We have written our own constructor of List class as the default constructor is not sufficient enough to serve the purpose. The List constructor is parameterless. The very first step it is doing internally is that it is asking Node class to create a new node and assigning the starting address of the new Node’s object to the headNode data member. In the second statement, we are calling setNext() method of the Node class for the object pointed to by the headNode pointer. This call is to set the nextNode data member to NULL, i.e. Node’s object pointed to by the headNode pointer is not pointing to any further Node. The next statement is to set the currentNode pointer to NULL. So at the moment, we have initialized the currentNode pointer to NULL that is not pointing to any Node object. The next statement is to initialize the size data member to 0 indicating that there is no node present in the list. All this processing is done inside the constructor of List class, as we want all this done when a list object is created. Considering the analogy of car factory, the constructor function can perform certain tasks: The oil is poured into the engine, the tyres are filled-in with air etc.

Let’s see the add method of the List class:

/* add() class method */
void	add (int  addObject)
{
1.	Node *  newNode  =  new  Node();
2.	newNode->set(addObject);
3.	if( currentNode  !=	NULL )
4.	{
5.	newNode->setNext(currentNode->getNext());
6.	currentNode->setNext( newNode );
7.	lastCurrentNode	=  currentNode;
8.	currentNode  =	newNode;
9.	}
10.	else
11.	{
12.	newNode->setNext(NULL);

13.                 headNode->setNext(newNode);

14.                 lastCurrentNode  =  headNode;

15.                 currentNode  =  newNode;

16.    }

17.    size ++;

}

The interface or signatures of add() method is similar to the one discussed in case of an array. This method takes the object to be added as a parameter. The implementation of this add() method is a bit longer as the method is being implemented for linked list. In the first statement, a new Node object is created with its address stored in the newNode pointer variable. The second statement is to call set() method of the Node object pointed to by the newNode pointer. You can note the way the method is called. A pointer variable is at the left most side then an arrow sign (->), then the name of the method with appropriate arguments within parenthesis. It is followed by the if-statement that checks the currentNode is not NULL to perform certain operations inside the if-code block. Inside the if-statement, at line 5, the nextNode pointer of the new node is being set to the nextNode of the object pointed to by the currentNode pointer. In order to understand the statements given in this code properly, consider the fig 2 above, where we added a node in the linked list. We have done step 1 at line5. At line 6, we are performing the second step by setting the newNode in the nextNode pointer of the object pointed to by the currentNode. At line 7, we are saving the current position (address) of the currentNode pointer in the pointer variable lastCurrentNode, which might be useful for backward traversing. Although, the fig 1 (left part) indicates movement in one direction from left to right but the lastCurrentNode pointer node can be used by the back() member function to traverse one position back from right to left. At line 8, the currentNode pointer is assigned the address of the object pointed to by newNode. This way, a new node is added in already existent linked list.

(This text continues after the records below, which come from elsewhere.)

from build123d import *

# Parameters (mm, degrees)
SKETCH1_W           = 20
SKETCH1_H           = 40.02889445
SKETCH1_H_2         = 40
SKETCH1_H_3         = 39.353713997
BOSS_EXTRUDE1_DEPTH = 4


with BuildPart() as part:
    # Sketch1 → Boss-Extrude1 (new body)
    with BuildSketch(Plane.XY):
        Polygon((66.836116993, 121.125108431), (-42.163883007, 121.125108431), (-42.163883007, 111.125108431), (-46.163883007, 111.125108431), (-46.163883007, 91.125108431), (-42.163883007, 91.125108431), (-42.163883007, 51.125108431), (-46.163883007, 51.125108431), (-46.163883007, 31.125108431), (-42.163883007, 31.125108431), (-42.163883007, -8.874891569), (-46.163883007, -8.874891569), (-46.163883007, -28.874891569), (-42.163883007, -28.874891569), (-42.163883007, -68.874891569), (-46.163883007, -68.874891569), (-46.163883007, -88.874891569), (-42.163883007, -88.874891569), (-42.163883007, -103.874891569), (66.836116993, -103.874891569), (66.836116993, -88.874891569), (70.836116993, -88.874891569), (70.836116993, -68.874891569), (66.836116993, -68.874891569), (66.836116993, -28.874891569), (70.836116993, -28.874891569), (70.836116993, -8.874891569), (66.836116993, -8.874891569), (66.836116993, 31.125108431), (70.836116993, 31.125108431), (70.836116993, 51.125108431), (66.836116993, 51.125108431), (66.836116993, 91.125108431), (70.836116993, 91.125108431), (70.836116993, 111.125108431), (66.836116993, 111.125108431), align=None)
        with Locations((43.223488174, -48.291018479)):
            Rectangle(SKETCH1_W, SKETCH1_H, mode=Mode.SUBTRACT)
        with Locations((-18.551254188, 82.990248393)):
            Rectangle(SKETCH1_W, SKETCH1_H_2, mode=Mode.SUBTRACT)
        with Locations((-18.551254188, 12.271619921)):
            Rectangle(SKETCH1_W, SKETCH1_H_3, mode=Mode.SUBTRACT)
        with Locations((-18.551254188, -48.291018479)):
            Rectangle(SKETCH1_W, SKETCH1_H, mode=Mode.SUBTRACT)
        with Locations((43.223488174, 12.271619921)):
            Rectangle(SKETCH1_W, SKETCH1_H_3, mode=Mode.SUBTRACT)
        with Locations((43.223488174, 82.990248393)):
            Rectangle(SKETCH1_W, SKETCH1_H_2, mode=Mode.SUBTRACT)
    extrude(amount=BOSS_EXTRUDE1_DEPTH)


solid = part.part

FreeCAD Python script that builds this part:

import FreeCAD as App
import Part
import Sketcher
from FreeCAD import Vector

doc = App.newDocument("Part")
params = doc.addObject("Spreadsheet::Sheet", "Params")
for row, (alias, value) in enumerate([
    ("sketch1_width", "109 mm"),
    ("sketch1_width2", "4 mm"),
    ("sketch1_width3", "20 mm"),
    ("sketch1_height", "10 mm"),
    ("sketch1_height2", "40 mm"),
    ("pad1_length", "4 mm"),
], start=1):
    params.set(f"A{row}", alias)
    params.set(f"B{row}", "=" + value)
    params.setAlias(f"B{row}", alias)

body = doc.addObject("PartDesign::Body", "Body")

sketch1 = body.newObject("Sketcher::SketchObject", "Sketch")
sketch1.AttachmentSupport = (doc.getObject("XY_Plane"), [""])
sketch1.MapMode = "FlatFace"
sketch1.addGeometry(Part.LineSegment(Vector(66.8, 121.1, 0), Vector(-42.2, 121.1, 0)), False)
sketch1.addGeometry(Part.LineSegment(Vector(-42.2, 121.1, 0), Vector(-42.2, 111.1, 0)), False)
sketch1.addGeometry(Part.LineSegment(Vector(-42.2, 111.1, 0), Vector(-46.2, 111.1, 0)), False)
sketch1.addGeometry(Part.LineSegment(Vector(-46.2, 111.1, 0), Vector(-46.2, 91.1, 0)), False)
sketch1.addGeometry(Part.LineSegment(Vector(-46.2, 91.1, 0), Vector(-42.2, 91.1, 0)), False)
sketch1.addGeometry(Part.LineSegment(Vector(-42.2, 91.1, 0), Vector(-42.2, 51.1, 0)), False)
sketch1.addGeometry(Part.LineSegment(Vector(-42.2, 51.1, 0), Vector(-46.2, 51.1, 0)), False)
sketch1.addGeometry(Part.LineSegment(Vector(-46.2, 51.1, 0), Vector(-46.2, 31.1, 0)), False)
sketch1.addGeometry(Part.LineSegment(Vector(-46.2, 31.1, 0), Vector(-42.2, 31.1, 0)), False)
sketch1.addGeometry(Part.LineSegment(Vector(-42.2, 31.1, 0), Vector(-42.2, -8.9, 0)), False)
sketch1.addGeometry(Part.LineSegment(Vector(-42.2, -8.9, 0), Vector(-46.2, -8.9, 0)), False)
sketch1.addGeometry(Part.LineSegment(Vector(-46.2, -8.9, 0), Vector(-46.2, -28.9, 0)), False)
sketch1.addGeometry(Part.LineSegment(Vector(-46.2, -28.9, 0), Vector(-42.2, -28.9, 0)), False)
sketch1.addGeometry(Part.LineSegment(Vector(-42.2, -28.9, 0), Vector(-42.2, -68.9, 0)), False)
sketch1.addGeometry(Part.LineSegment(Vector(-42.2, -68.9, 0), Vector(-46.2, -68.9, 0)), False)
sketch1.addGeometry(Part.LineSegment(Vector(-46.2, -68.9, 0), Vector(-46.2, -88.9, 0)), False)
sketch1.addGeometry(Part.LineSegment(Vector(-46.2, -88.9, 0), Vector(-42.2, -88.9, 0)), False)
sketch1.addGeometry(Part.LineSegment(Vector(-42.2, -88.9, 0), Vector(-42.2, -103.9, 0)), False)
sketch1.addGeometry(Part.LineSegment(Vector(-42.2, -103.9, 0), Vector(66.8, -103.9, 0)), False)
sketch1.addGeometry(Part.LineSegment(Vector(66.8, -103.9, 0), Vector(66.8, -88.9, 0)), False)
sketch1.addGeometry(Part.LineSegment(Vector(66.8, -88.9, 0), Vector(70.8, -88.9, 0)), False)
sketch1.addGeometry(Part.LineSegment(Vector(70.8, -88.9, 0), Vector(70.8, -68.9, 0)), False)
sketch1.addGeometry(Part.LineSegment(Vector(70.8, -68.9, 0), Vector(66.8, -68.9, 0)), False)
sketch1.addGeometry(Part.LineSegment(Vector(66.8, -68.9, 0), Vector(66.8, -28.9, 0)), False)
sketch1.addGeometry(Part.LineSegment(Vector(66.8, -28.9, 0), Vector(70.8, -28.9, 0)), False)
sketch1.addGeometry(Part.LineSegment(Vector(70.8, -28.9, 0), Vector(70.8, -8.9, 0)), False)
sketch1.addGeometry(Part.LineSegment(Vector(70.8, -8.9, 0), Vector(66.8, -8.9, 0)), False)
sketch1.addGeometry(Part.LineSegment(Vector(66.8, -8.9, 0), Vector(66.8, 31.1, 0)), False)
sketch1.addGeometry(Part.LineSegment(Vector(66.8, 31.1, 0), Vector(70.8, 31.1, 0)), False)
sketch1.addGeometry(Part.LineSegment(Vector(70.8, 31.1, 0), Vector(70.8, 51.1, 0)), False)
sketch1.addGeometry(Part.LineSegment(Vector(70.8, 51.1, 0), Vector(66.8, 51.1, 0)), False)
sketch1.addGeometry(Part.LineSegment(Vector(66.8, 51.1, 0), Vector(66.8, 91.1, 0)), False)
sketch1.addGeometry(Part.LineSegment(Vector(66.8, 91.1, 0), Vector(70.8, 91.1, 0)), False)
sketch1.addGeometry(Part.LineSegment(Vector(70.8, 91.1, 0), Vector(70.8, 111.1, 0)), False)
sketch1.addGeometry(Part.LineSegment(Vector(70.8, 111.1, 0), Vector(66.8, 111.1, 0)), False)
sketch1.addGeometry(Part.LineSegment(Vector(66.8, 111.1, 0), Vector(66.8, 121.1, 0)), False)
sketch1.addGeometry(Part.LineSegment(Vector(-8.6, -68.3, 0), Vector(-28.6, -68.3, 0)), False)
sketch1.addGeometry(Part.LineSegment(Vector(-28.6, -68.3, 0), Vector(-28.6, -28.3, 0)), False)
sketch1.addGeometry(Part.LineSegment(Vector(-28.6, -28.3, 0), Vector(-8.6, -28.3, 0)), False)
sketch1.addGeometry(Part.LineSegment(Vector(-8.6, -28.3, 0), Vector(-8.6, -68.3, 0)), False)
sketch1.addGeometry(Part.LineSegment(Vector(-8.6, -7.4, 0), Vector(-28.6, -7.4, 0)), False)
sketch1.addGeometry(Part.LineSegment(Vector(-28.6, -7.4, 0), Vector(-28.6, 31.9, 0)), False)
sketch1.addGeometry(Part.LineSegment(Vector(-28.6, 31.9, 0), Vector(-8.6, 31.9, 0)), False)
sketch1.addGeometry(Part.LineSegment(Vector(-8.6, 31.9, 0), Vector(-8.6, -7.4, 0)), False)
sketch1.addGeometry(Part.LineSegment(Vector(53.2, -68.3, 0), Vector(33.2, -68.3, 0)), False)
sketch1.addGeometry(Part.LineSegment(Vector(33.2, -68.3, 0), Vector(33.2, -28.3, 0)), False)
sketch1.addGeometry(Part.LineSegment(Vector(33.2, -28.3, 0), Vector(53.2, -28.3, 0)), False)
sketch1.addGeometry(Part.LineSegment(Vector(53.2, -28.3, 0), Vector(53.2, -68.3, 0)), False)
sketch1.addGeometry(Part.LineSegment(Vector(53.2, -7.4, 0), Vector(33.2, -7.4, 0)), False)
sketch1.addGeometry(Part.LineSegment(Vector(33.2, -7.4, 0), Vector(33.2, 31.9, 0)), False)
sketch1.addGeometry(Part.LineSegment(Vector(33.2, 31.9, 0), Vector(53.2, 31.9, 0)), False)
sketch1.addGeometry(Part.LineSegment(Vector(53.2, 31.9, 0), Vector(53.2, -7.4, 0)), False)
sketch1.addGeometry(Part.LineSegment(Vector(-8.6, 63, 0), Vector(-28.6, 63, 0)), False)
sketch1.addGeometry(Part.LineSegment(Vector(-28.6, 63, 0), Vector(-28.6, 103, 0)), False)
sketch1.addGeometry(Part.LineSegment(Vector(-28.6, 103, 0), Vector(-8.6, 103, 0)), False)
sketch1.addGeometry(Part.LineSegment(Vector(-8.6, 103, 0), Vector(-8.6, 63, 0)), False)
sketch1.addGeometry(Part.LineSegment(Vector(53.2, 63, 0), Vector(33.2, 63, 0)), False)
sketch1.addGeometry(Part.LineSegment(Vector(33.2, 63, 0), Vector(33.2, 103, 0)), False)
sketch1.addGeometry(Part.LineSegment(Vector(33.2, 103, 0), Vector(53.2, 103, 0)), False)
sketch1.addGeometry(Part.LineSegment(Vector(53.2, 103, 0), Vector(53.2, 63, 0)), False)
sketch1.addConstraint(Sketcher.Constraint("Coincident", 0, 2, 1, 1))
sketch1.addConstraint(Sketcher.Constraint("Coincident", 1, 2, 2, 1))
sketch1.addConstraint(Sketcher.Constraint("Coincident", 2, 2, 3, 1))
sketch1.addConstraint(Sketcher.Constraint("Coincident", 3, 2, 4, 1))
sketch1.addConstraint(Sketcher.Constraint("Coincident", 4, 2, 5, 1))
sketch1.addConstraint(Sketcher.Constraint("Coincident", 5, 2, 6, 1))
sketch1.addConstraint(Sketcher.Constraint("Coincident", 6, 2, 7, 1))
sketch1.addConstraint(Sketcher.Constraint("Coincident", 7, 2, 8, 1))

Line 10 is start of the else part of if-statement. This is executed if the currentNode is NULL . It means that there is no node present in the list previously and first node is going to be added. At line 12, we are setting the nextNode pointer of the object pointed to by newNode pointer. The nextNode is being set to NULL by calling the setNext() method. Then at line 13, we point the head pointer (headNode) to this new node pointed to by newNode pointer. Note that headNode is pointing to a node that is there despite the fact that the size of the linked list is 0. Actually, we have allocated a Node object for headNode pointer. Although, we don’t need a Node object here, yet it will be helpful when we perform other operations like remove() and find().

At line 14, the headNode address is being assigned to lastCurrentNode. At line 15, currentNode pointer is assigned the address of newNode. At the end i.e. at line 17, the size of the list is incremented by 1.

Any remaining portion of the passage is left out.